[Start of Attachment]

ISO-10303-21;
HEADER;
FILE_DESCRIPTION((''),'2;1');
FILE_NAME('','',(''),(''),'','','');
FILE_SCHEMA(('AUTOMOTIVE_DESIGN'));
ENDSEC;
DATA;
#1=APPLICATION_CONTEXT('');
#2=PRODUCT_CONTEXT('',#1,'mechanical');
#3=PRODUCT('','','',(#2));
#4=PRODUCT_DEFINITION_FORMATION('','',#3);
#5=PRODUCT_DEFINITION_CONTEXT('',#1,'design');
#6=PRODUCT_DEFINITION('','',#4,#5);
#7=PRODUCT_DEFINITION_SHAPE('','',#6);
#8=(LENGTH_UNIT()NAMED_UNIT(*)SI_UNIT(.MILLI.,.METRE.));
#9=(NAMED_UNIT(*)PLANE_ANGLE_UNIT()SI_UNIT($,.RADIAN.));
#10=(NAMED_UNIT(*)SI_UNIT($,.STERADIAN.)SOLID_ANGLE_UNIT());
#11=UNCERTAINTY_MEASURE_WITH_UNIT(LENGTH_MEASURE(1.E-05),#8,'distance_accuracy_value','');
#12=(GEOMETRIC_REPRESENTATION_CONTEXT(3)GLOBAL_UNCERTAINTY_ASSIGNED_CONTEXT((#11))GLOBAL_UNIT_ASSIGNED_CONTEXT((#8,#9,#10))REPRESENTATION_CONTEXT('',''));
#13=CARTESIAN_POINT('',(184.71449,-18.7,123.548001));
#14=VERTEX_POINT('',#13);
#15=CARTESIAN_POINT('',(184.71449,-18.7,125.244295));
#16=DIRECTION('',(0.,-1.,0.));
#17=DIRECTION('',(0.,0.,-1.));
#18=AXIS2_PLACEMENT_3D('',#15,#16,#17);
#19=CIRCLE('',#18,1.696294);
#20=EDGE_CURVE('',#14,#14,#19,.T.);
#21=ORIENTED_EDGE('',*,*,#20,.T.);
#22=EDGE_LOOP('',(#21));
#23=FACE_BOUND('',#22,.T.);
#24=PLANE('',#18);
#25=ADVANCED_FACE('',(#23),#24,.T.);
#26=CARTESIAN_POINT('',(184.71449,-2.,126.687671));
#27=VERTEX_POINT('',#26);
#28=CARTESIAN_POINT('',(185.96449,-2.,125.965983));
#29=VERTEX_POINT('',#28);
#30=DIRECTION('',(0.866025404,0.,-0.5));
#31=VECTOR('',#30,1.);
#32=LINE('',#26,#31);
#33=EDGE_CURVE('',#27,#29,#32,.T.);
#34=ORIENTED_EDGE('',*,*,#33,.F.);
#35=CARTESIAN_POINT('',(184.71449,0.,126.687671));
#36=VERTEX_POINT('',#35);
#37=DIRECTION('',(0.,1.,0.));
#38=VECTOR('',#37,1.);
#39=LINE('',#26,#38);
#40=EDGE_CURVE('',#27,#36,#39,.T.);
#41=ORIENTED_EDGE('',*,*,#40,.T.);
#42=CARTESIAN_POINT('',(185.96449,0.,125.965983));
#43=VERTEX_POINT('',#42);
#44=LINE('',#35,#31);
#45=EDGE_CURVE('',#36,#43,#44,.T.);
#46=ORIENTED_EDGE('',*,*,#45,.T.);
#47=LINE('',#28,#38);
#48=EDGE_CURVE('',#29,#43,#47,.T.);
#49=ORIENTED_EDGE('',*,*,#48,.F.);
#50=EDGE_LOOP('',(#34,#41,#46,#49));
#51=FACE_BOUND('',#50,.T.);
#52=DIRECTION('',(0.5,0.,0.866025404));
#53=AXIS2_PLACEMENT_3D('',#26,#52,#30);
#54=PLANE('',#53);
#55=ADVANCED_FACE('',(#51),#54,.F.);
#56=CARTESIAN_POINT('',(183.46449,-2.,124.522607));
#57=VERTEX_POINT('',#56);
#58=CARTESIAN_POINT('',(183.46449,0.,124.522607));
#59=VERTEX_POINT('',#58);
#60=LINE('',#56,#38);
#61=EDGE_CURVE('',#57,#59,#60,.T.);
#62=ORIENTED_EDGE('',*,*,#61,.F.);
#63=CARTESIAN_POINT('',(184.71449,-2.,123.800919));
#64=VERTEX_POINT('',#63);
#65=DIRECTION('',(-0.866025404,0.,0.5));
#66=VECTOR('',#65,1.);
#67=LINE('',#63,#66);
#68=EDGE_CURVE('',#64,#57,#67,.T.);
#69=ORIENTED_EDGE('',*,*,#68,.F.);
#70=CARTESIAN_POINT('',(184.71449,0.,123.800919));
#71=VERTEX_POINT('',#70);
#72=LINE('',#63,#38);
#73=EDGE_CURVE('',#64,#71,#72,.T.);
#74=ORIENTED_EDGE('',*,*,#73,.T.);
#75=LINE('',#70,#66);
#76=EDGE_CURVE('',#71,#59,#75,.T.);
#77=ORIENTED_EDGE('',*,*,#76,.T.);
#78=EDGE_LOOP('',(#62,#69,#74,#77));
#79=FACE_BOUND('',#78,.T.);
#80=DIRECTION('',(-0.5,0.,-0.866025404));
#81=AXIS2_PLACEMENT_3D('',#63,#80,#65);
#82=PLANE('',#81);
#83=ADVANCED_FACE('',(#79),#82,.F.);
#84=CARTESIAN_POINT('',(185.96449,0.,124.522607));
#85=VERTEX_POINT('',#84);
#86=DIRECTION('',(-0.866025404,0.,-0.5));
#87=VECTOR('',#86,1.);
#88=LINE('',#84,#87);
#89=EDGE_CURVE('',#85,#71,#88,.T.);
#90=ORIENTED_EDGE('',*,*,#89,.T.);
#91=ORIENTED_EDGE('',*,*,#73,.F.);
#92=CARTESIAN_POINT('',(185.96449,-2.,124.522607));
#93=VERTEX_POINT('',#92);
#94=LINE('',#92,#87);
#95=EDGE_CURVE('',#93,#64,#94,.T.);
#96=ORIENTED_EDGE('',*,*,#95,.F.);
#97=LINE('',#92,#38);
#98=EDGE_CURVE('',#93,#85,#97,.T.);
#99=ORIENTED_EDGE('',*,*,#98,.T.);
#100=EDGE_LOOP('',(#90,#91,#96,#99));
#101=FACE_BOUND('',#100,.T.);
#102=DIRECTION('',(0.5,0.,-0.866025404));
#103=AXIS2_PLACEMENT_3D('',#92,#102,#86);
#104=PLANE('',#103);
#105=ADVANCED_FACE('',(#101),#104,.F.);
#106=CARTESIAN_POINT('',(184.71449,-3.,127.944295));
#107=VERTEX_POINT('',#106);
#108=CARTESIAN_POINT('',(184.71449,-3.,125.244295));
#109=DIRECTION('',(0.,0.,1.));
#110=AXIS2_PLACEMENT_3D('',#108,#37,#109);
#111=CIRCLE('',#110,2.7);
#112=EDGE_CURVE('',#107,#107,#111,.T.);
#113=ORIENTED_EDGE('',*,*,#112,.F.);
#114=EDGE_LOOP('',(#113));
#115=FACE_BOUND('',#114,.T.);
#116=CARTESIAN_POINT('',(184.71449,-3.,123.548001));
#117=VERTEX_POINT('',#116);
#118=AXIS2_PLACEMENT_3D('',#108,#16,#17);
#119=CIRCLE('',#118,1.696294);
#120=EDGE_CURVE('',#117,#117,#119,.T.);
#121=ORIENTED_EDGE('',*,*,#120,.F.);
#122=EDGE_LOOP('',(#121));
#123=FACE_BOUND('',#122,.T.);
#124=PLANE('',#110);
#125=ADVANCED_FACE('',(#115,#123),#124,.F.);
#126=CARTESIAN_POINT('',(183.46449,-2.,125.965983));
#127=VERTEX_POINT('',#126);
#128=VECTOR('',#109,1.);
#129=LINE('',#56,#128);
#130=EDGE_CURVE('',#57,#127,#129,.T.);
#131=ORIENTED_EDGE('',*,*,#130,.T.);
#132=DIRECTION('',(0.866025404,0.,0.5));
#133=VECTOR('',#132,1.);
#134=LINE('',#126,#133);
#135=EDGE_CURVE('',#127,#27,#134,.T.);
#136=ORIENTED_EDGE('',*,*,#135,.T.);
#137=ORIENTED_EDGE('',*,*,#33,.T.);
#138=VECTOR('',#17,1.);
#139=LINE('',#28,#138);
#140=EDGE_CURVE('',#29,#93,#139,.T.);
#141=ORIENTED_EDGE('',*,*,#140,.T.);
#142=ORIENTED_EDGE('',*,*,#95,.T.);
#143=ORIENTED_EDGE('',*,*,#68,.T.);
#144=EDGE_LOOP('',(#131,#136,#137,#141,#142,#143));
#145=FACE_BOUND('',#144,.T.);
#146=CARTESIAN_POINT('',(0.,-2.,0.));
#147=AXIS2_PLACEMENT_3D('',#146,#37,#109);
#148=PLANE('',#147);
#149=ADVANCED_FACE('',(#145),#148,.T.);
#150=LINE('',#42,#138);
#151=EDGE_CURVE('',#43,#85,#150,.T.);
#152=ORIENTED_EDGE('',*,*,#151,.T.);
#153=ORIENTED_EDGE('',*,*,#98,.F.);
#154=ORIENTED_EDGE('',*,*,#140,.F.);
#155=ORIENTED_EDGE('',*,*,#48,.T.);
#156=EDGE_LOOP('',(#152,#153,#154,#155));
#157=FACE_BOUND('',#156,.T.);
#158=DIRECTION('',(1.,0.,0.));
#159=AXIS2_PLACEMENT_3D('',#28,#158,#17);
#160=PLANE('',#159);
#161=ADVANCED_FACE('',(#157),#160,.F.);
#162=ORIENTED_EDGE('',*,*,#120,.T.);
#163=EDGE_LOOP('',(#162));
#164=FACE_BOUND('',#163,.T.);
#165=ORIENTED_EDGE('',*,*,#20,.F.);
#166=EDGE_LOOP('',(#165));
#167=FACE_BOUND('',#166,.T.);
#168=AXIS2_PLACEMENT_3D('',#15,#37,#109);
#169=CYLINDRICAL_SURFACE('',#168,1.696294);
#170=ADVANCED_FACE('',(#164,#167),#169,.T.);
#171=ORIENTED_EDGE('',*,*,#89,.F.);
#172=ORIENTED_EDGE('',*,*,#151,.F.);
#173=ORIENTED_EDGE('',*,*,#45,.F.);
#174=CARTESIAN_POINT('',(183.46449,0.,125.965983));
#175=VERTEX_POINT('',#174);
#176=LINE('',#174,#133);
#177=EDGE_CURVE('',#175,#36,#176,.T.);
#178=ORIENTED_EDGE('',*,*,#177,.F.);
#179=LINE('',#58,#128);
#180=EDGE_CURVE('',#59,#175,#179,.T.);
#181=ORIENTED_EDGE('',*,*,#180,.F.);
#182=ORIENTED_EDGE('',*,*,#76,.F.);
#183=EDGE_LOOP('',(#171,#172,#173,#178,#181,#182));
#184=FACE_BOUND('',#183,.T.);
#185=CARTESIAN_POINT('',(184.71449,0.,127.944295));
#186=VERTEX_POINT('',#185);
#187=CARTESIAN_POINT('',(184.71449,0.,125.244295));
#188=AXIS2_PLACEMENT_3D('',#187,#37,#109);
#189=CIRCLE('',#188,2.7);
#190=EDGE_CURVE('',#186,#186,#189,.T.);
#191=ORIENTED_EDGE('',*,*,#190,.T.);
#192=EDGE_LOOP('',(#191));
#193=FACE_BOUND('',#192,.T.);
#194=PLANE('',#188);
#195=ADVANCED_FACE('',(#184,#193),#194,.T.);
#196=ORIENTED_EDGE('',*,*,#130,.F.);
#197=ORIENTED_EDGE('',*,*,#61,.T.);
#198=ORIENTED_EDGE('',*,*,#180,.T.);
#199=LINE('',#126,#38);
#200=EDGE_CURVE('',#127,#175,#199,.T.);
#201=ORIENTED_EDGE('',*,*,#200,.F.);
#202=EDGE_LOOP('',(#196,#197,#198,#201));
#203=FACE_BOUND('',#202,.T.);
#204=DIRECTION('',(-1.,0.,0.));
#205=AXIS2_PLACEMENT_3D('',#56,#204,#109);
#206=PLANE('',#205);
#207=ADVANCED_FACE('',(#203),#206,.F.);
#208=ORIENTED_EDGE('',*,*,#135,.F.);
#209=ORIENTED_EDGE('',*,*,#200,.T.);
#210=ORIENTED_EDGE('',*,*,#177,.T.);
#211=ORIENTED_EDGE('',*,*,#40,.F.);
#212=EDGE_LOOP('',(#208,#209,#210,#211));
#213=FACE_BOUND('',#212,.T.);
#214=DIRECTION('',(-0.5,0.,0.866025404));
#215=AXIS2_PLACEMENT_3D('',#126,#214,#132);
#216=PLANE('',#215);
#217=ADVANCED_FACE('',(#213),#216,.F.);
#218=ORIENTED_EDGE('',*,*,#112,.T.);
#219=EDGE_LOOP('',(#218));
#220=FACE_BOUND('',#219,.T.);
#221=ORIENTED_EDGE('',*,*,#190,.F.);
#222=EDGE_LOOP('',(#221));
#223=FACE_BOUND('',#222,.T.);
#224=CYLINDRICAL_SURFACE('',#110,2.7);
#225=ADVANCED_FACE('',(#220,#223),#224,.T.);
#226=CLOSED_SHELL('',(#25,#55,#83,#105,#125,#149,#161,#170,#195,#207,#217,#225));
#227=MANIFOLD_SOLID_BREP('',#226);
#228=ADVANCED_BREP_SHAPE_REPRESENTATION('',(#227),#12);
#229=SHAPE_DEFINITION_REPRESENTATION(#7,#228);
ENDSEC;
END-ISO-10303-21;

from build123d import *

# Parameters (mm, degrees)
SKETCH1_R           = 2.7
BOSS_EXTRUDE1_DEPTH = 3
SKETCH2_R           = 1.696293742
BOSS_EXTRUDE2_DEPTH = 15.7
CUT_EXTRUDE1_DEPTH  = 2


with BuildPart() as part:
    # Sketch1 → Boss-Extrude1 (new body)
    with BuildSketch(Plane(origin=(0, 0, 0), x_dir=(1, 0, 0), z_dir=(0, 1, 0))):
        with Locations((184.714490272, -125.24429514)):
            Circle(SKETCH1_R)
    extrude(amount=-BOSS_EXTRUDE1_DEPTH)

    # Sketch2 → Boss-Extrude2 (add)
    with BuildSketch(Plane.XZ.offset(3)):
        with Locations((184.714490272, 125.24429514)):
            Circle(SKETCH2_R)
    extrude(amount=BOSS_EXTRUDE2_DEPTH)

    # Sketch3 → Cut-Extrude1 (cut)
    with BuildSketch(Plane(origin=(0, 0, 0), x_dir=(1, 0, 0), z_dir=(0, 1, 0))):
        Polygon((184.714490272, -123.800919467), (183.464490272, -124.522607304), (183.464490272, -125.965982977), (184.714490272, -126.687670813), (185.964490272, -125.965982977), (185.964490272, -124.522607304), align=None)
    extrude(amount=-CUT_EXTRUDE1_DEPTH, mode=Mode.SUBTRACT)


solid = part.part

[End of Attachment]

** AIM OF THE TASK **
Only the lines above starting with the one with "#186=VERTEX_POINT('',#185);" and going through the one with "#192=EDGE_LOOP('',(#191));" are to be copied, word for word and with both ends kept.

** ANSWER FOR THE TASK **
#186=VERTEX_POINT('',#185);
#187=CARTESIAN_POINT('',(184.71449,0.,125.244295));
#188=AXIS2_PLACEMENT_3D('',#187,#37,#109);
#189=CIRCLE('',#188,2.7);
#190=EDGE_CURVE('',#186,#186,#189,.T.);
#191=ORIENTED_EDGE('',*,*,#190,.T.);
#192=EDGE_LOOP('',(#191));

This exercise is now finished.